Maxwell relations from equality of mixed partial derivatives

For twice differentiable thermodynamic potentials, symmetry of mixed second derivatives yields Maxwell relations among conjugate variables.

Maxwell relations from equality of mixed partial derivatives

Statement

Let $\Phi(x_1,\dots,x_n)$ be a thermodynamic potential expressed in its natural variables (e.g. $\Phi=F(T,V,N)$ , $G(T,P,N)$ , or $\Omega(T,V,\mu)$ ). Assume $\Phi$ is $C^2$ (twice continuously differentiable) in those variables.

If the differential has the form

d\Phi = \sum_{i=1}^n a_i(x)\,dx_i,

then each coefficient is a partial derivative $a_i = \left(\frac{\partial \Phi}{\partial x_i}\right)_{x_{j\neq i}}$ , and symmetry of the Hessian implies the identities

\left(\frac{\partial a_i}{\partial x_j}\right)_{x_{k\neq i,j}} ={} \left(\frac{\partial a_j}{\partial x_i}\right)_{x_{k\neq i,j}} \quad\text{for all } i\neq j.
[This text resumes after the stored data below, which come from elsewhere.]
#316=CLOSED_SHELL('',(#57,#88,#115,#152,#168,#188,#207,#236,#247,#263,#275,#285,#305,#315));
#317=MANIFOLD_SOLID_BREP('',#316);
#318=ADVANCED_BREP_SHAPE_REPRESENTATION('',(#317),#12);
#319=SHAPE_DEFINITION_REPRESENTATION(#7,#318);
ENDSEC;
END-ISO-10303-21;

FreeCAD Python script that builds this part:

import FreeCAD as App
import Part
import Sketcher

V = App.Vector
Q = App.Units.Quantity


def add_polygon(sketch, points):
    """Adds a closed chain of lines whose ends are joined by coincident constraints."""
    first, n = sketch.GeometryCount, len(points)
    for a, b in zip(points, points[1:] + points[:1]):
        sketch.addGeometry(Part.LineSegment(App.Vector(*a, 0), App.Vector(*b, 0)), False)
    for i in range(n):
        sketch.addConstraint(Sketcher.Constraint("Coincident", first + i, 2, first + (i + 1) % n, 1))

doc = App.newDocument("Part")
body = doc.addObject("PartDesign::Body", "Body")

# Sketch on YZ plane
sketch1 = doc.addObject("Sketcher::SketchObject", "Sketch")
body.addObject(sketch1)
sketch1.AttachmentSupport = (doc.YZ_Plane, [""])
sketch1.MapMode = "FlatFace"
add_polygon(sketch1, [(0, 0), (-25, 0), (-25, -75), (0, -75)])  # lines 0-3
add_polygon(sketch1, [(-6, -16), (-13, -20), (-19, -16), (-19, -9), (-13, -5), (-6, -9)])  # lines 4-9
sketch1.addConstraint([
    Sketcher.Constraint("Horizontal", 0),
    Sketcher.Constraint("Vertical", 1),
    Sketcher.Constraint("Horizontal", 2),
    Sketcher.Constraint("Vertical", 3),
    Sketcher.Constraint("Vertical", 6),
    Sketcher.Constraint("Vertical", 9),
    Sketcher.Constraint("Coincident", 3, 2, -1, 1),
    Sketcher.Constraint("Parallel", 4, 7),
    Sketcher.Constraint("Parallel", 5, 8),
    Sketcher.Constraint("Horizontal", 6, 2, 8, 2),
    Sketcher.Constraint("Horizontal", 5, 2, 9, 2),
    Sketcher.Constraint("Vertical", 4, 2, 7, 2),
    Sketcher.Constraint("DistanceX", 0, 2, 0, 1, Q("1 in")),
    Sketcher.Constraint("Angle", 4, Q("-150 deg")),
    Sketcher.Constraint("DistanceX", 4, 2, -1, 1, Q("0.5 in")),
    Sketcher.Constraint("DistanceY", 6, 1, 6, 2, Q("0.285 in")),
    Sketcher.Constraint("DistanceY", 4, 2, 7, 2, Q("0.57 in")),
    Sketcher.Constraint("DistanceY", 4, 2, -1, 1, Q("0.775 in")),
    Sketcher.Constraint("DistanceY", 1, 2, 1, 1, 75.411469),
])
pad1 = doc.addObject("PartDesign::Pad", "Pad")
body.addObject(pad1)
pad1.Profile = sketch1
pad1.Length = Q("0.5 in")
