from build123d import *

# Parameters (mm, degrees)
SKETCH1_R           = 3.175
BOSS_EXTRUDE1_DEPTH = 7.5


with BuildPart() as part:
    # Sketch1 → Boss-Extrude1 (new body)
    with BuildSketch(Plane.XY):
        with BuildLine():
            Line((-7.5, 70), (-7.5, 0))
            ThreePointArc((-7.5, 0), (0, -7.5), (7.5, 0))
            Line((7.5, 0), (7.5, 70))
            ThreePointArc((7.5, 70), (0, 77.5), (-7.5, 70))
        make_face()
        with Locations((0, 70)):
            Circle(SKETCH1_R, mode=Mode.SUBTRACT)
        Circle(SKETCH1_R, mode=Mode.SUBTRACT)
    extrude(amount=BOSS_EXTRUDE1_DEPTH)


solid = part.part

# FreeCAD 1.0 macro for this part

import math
import FreeCAD as App
import Part
import Sketcher

V = App.Vector
Q = App.Units.Quantity

doc = App.newDocument("Part")
body = doc.addObject("PartDesign::Body", "Body")

sketch1 = body.newObject("Sketcher::SketchObject", "Sketch")
sketch1.AttachmentSupport = (doc.getObject("XY_Plane"), [""])
sketch1.MapMode = "FlatFace"
sketch1.addGeometry(Part.LineSegment(V(-7.5, 70, 0), V(-7.5, 0, 0)), False)
sketch1.addGeometry(Part.ArcOfCircle(Part.Circle(V(0, 0, 0), V(0, 0, 1), 7.5), math.radians(180), math.radians(360)), False)
sketch1.addGeometry(Part.LineSegment(V(7.5, 0, 0), V(7.5, 70, 0)), False)
sketch1.addGeometry(Part.ArcOfCircle(Part.Circle(V(0, 70, 0), V(0, 0, 1), 7.5), math.radians(0), math.radians(180)), False)
sketch1.addGeometry(Part.Circle(V(0, 0, 0), V(0, 0, 1), 3.2), False)
sketch1.addGeometry(Part.Circle(V(0, 70, 0), V(0, 0, 1), 3.2), False)
sketch1.addConstraint(Sketcher.Constraint("Tangent", 0, 2, 1, 1))
sketch1.addConstraint(Sketcher.Constraint("Tangent", 1, 2, 2, 1))
sketch1.addConstraint(Sketcher.Constraint("Tangent", 2, 2, 3, 1))
sketch1.addConstraint(Sketcher.Constraint("Tangent", 3, 2, 0, 1))
sketch1.addConstraint(Sketcher.Constraint("Vertical", 0))
sketch1.addConstraint(Sketcher.Constraint("Vertical", 2))
sketch1.addConstraint(Sketcher.Constraint("Coincident", 1, 3, -1, 1))
sketch1.addConstraint(Sketcher.Constraint("Coincident", 4, 3, -1, 1))
sketch1.addConstraint(Sketcher.Constraint("Coincident", 5, 3, 3, 3))
sketch1.addConstraint(Sketcher.Constraint("Equal", 4, 5))
sketch1.addConstraint(Sketcher.Constraint("Radius", 1, Q("7.5 mm")))
sketch1.addConstraint(Sketcher.Constraint("Diameter", 4, Q("6.35 mm")))
sketch1.addConstraint(Sketcher.Constraint("DistanceY", 0, 2, 0, 1, Q("70 mm")))
pad1 = body.newObject("PartDesign::Pad", "Pad")
pad1.Profile = sketch1
pad1.Length = 7.5

doc.recompute()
These are Maxwell relations (see Maxwell relations ) once the $a_i$ are identified with conjugate variables via the standard thermodynamic definitions.

Canonical examples

For the Helmholtz free energy $F(T,V,N)$ ,
$dF = -S\,dT - P\,dV + \mu\,dN,$
so $S= -(\partial F/\partial T)_{V,N}$ and $P= -(\partial F/\partial V)_{T,N}$ , hence
$\left(\frac{\partial S}{\partial V}\right)_{T,N} ={} \left(\frac{\partial P}{\partial T}\right)_{V,N}.$
For the Gibbs free energy $G(T,P,N)$ ,
$dG = -S\,dT + V\,dP + \mu\,dN,$
giving
$\left(\frac{\partial S}{\partial P}\right)_{T,N} ={} -\left(\frac{\partial V}{\partial T}\right)_{P,N}.$
For the grand potential $\Omega(T,V,\mu)$ ,
$d\Omega = -S\,dT - P\,dV - N\,d\mu,$
giving, for instance,
$\left(\frac{\partial S}{\partial V}\right)_{T,\mu} ={} \left(\frac{\partial P}{\partial T}\right)_{V,\mu}.$

Key hypotheses

The system is described by a state function $\Phi$ in equilibrium (see thermodynamic equilibrium ).
$\Phi$ is $C^2$ in its natural variables, so mixed partial derivatives commute.
Conjugate variables are defined by partial derivatives of the potential (e.g. temperature , pressure , chemical potential ).

Key conclusions

Each Maxwell relation is an instance of $\partial^2\Phi/\partial x_i\partial x_j = \partial^2\Phi/\partial x_j\partial x_i$ after substituting the derivative definitions of the conjugate variables.
Practically, these relations convert difficult-to-measure derivatives (e.g. derivatives of entropy) into derivatives of more accessible quantities (e.g. pressure–temperature slopes).

Cross-links to definitions

Proof idea / significance

Since $\Phi$ is a state function, $a_i=\partial\Phi/\partial x_i$ . If $\Phi$ is $C^2$ , then mixed derivatives commute:

\frac{\partial}{\partial x_j}\left(\frac{\partial \Phi}{\partial x_i}\right) ={} \frac{\partial}{\partial x_i}\left(\frac{\partial \Phi}{\partial x_j}\right).

Identifying $a_i$ with (signed) conjugate variables via the differential (e.g. $-S$ is the coefficient of $dT$ in $dF$ ) yields the standard Maxwell relations.

Significance: Maxwell relations are consistency conditions expressing the integrability of thermodynamics, and they underpin many experimentally useful identities.